How to determine the ranges if I want to divide a data set into N segments taking the average/frequency into account?

351 Views Asked by At

I have a data set of floating numbers such as follows:

[0.01053,
 0.00444,
 0.00957,
 0.04564,
 0.00709,
 0.01338,
 0.02857,
 0.02593,
 0.01056,
 0.05366,
 0.02252,
 0.0237,
 0.01288,
 0.02905,
 0.0119,
 0.04911,
 0.01761,
 0.02105,
 0.01859,
 0.05769,
 0.00576,
 0.01736,
 0.00948,
 0.01465,
 0.032,
 0.00429,
 0.10266,
 0.01794,
 0.01794,
 0.00993,
 0.01415,
 0.00866,
 0.02613,
 0.03759,
 0.02885,
 0.01556,
 0.00881,
 0.01408,
 0.01544,
 0.04186,
 0.00336]

The average for this data set is: 0.02244

The number or sections I need is: 3

I need to create 3 equal sections starting from 0 that take into account the average. In other words if I have some numbers in the set that are very large but most of the numbers are small than I want to divide the segments so that I create the segments around the average and ignore the outlying numbers.

The first range must also start from 0.

Currently I thought I could use the following formula:

2xaverage/number of segments.

This would give me the following segments:

range1: 0..0.1496
range2: 0.1496..0.2992
range3: 0.2992..0.17952

One of the issues I see is that I need the first range to start from 0 but the dataset may not contain any zeros. So I need to somehow shift the numbers to the left.

However, I'm not very strong in math and I would really appreciate some guidance to see if this is correct.

Also I'm not sure if I've stated the question and description clear enough so please comment for clarification and I'll edit the answer appropriately.

2

There are 2 best solutions below

0
On BEST ANSWER

In the end I used some of what @plumSemPy said about using the median and not the average.

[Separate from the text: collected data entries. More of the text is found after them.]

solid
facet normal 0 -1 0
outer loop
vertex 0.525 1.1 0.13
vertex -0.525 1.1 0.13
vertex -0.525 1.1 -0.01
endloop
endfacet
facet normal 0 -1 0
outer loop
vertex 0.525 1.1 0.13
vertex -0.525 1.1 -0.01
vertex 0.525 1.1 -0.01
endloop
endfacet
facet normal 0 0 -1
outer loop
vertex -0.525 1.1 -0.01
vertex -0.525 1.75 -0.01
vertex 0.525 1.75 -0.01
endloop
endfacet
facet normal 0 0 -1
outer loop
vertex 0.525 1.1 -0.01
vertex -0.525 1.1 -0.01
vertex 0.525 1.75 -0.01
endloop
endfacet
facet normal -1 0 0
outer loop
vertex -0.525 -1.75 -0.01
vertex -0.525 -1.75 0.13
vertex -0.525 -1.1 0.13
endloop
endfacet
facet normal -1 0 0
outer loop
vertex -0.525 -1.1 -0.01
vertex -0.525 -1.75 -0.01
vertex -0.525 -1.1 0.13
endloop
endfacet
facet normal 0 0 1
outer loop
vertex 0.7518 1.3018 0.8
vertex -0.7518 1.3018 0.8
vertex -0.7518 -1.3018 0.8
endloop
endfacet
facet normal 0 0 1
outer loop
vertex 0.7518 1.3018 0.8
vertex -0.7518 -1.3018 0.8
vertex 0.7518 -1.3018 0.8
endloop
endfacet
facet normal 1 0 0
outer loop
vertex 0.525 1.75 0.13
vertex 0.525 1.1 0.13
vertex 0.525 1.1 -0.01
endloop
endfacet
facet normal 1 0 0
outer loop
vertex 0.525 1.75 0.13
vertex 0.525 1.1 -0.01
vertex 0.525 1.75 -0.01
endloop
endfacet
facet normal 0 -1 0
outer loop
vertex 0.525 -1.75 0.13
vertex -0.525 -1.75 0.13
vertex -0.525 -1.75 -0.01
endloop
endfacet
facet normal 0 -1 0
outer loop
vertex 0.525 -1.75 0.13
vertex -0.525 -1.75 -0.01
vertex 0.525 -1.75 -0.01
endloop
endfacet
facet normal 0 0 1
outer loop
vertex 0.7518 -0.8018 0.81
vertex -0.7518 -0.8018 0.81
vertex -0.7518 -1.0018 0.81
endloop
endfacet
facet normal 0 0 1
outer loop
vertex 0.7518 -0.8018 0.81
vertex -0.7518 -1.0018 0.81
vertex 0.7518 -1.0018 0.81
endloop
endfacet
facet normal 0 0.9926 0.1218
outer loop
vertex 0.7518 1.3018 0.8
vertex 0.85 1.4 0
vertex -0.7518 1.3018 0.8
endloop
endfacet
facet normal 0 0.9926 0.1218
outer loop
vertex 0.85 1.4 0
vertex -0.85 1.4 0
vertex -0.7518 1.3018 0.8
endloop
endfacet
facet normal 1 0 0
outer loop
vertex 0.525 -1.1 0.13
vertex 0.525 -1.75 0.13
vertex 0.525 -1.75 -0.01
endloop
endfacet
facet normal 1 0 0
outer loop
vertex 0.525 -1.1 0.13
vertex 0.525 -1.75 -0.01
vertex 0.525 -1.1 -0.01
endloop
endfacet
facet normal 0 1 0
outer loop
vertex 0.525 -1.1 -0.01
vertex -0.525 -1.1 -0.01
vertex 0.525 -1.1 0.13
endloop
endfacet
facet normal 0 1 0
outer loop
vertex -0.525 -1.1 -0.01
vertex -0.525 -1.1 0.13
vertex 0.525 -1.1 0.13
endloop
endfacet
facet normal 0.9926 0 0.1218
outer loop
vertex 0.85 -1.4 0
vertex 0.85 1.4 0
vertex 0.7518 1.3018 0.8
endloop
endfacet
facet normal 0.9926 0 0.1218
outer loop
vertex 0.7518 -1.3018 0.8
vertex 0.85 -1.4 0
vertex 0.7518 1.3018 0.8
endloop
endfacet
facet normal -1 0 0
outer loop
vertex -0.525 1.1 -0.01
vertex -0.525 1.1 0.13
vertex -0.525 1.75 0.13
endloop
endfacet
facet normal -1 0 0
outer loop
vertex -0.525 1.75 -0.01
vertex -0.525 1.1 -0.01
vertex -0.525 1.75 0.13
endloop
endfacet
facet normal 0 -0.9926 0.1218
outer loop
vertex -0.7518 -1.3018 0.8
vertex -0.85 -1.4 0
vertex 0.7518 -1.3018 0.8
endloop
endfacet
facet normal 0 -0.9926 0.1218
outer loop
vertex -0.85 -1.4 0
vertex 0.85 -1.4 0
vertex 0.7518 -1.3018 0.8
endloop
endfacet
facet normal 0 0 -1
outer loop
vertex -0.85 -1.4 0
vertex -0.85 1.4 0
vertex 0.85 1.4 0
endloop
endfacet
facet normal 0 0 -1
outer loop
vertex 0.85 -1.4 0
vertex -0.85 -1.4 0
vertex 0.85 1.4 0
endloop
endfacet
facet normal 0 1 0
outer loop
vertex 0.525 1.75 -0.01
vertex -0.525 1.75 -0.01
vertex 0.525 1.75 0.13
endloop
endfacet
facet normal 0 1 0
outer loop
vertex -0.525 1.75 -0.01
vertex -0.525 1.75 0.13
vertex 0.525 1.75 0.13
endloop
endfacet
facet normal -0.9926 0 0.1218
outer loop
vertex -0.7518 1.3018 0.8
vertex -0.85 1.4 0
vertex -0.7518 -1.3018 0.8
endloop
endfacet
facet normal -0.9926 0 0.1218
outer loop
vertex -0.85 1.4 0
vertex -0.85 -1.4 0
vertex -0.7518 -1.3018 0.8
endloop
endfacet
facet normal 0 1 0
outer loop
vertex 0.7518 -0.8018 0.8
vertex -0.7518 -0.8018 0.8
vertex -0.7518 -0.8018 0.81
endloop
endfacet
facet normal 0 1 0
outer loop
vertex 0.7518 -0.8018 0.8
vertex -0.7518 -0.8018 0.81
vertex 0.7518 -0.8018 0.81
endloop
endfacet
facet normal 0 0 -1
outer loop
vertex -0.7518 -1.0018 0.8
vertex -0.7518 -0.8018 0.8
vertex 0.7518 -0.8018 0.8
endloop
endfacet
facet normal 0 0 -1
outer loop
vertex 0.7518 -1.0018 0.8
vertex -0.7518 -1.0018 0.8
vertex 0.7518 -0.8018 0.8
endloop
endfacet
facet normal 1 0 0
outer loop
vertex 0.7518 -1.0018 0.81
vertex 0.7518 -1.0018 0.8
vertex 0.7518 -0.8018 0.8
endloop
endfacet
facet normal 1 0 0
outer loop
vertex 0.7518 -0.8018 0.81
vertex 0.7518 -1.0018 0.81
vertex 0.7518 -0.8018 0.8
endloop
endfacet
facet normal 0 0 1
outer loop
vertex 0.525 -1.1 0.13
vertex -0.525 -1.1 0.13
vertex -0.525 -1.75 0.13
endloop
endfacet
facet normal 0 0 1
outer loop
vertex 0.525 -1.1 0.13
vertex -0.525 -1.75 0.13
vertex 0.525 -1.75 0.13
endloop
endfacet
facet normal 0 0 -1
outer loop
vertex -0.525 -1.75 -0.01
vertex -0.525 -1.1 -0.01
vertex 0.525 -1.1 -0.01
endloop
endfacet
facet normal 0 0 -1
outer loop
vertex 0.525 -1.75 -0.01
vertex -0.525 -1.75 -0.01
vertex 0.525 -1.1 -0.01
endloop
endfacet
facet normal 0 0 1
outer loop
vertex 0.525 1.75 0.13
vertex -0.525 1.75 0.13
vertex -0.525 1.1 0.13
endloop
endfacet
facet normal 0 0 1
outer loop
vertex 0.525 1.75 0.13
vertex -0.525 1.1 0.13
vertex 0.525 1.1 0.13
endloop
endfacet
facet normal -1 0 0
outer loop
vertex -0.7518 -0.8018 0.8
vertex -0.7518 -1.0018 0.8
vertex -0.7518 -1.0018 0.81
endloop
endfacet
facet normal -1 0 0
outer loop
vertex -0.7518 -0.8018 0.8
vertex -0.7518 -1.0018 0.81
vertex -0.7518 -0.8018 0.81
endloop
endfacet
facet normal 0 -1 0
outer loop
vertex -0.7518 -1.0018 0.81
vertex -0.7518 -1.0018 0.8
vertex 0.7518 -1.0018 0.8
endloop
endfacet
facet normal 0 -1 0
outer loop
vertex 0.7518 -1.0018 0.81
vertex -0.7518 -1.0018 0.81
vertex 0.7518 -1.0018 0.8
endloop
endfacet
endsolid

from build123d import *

# Parameters (mm, degrees)
F0_W          = 1.7
F0_H          = 2.8
F1_DEPTH      = 0.8
F1_TAPER      = 7
F2_W          = 1.05
F2_H          = 0.65
F3_DEPTH      = 0.13
F3_DEPTH_BACK = 0.01
F4_W          = 1.5035447026
F4_H          = 0.2
F5_DEPTH      = 0.01


with BuildPart() as f1:
    # F0 (on Top) → F1 (new body)
    with BuildSketch(Plane.XY):
        Rectangle(F0_W, F0_H)
    extrude(amount=F1_DEPTH, taper=F1_TAPER)


with BuildPart() as f3:
    # F2 (on Top) → F3 (new body, two sides)
    with BuildSketch(Plane.XY) as f3_sk:
        with Locations((0, 1.425)):
            Rectangle(F2_W, F2_H)
    extrude(amount=F3_DEPTH)
    extrude(f3_sk.sketch, amount=-F3_DEPTH_BACK)


with BuildPart() as f3b:
    # F2 (on Top) → F3, piece 2 (new body, two sides)
    with BuildSketch(Plane.XY) as f3_2_sk:
        with Locations((0, -1.425)):
            Rectangle(F2_W, F2_H)
    extrude(amount=F3_DEPTH)
    extrude(f3_2_sk.sketch, amount=-F3_DEPTH_BACK)


with BuildPart() as f5:
    # F4 (on face) → F5 (new body)
    with BuildSketch(Plane.XY.offset(0.8)):
        with Locations((0, -0.9017723513)):
            Rectangle(F4_W, F4_H)
    extrude(amount=F5_DEPTH)


solid = Compound([f1.part, f3.part, f3b.part, f5.part])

I sort the data to find the median. I also shift the data by subtracting the smallest value from each number so the set starts at 0.

Finally I use the following formulas to get the ranges:

first range  = 2*median/(number of ranges)*0...2*median/(number of ranges)*1  
second range = 2*median/(number of ranges)*1...2*median/(number of ranges)*2
third range  = 2*median/(number of ranges)*2...2*median/(number of ranges)*3  
0
On

The simple approach is to make the bottom range include the bottom third of the points, the next to include the middle third of the points, the the top range the top third. Another approach would be to make the middle range some number of standard deviations around the mean. Mean $\pm 0.43$ standard deviations should get about a third of the values if the data is normal (it probably isn't). There are other sensible approaches, but if you don't like these the reasons for rejecting them may lead you to the one you like.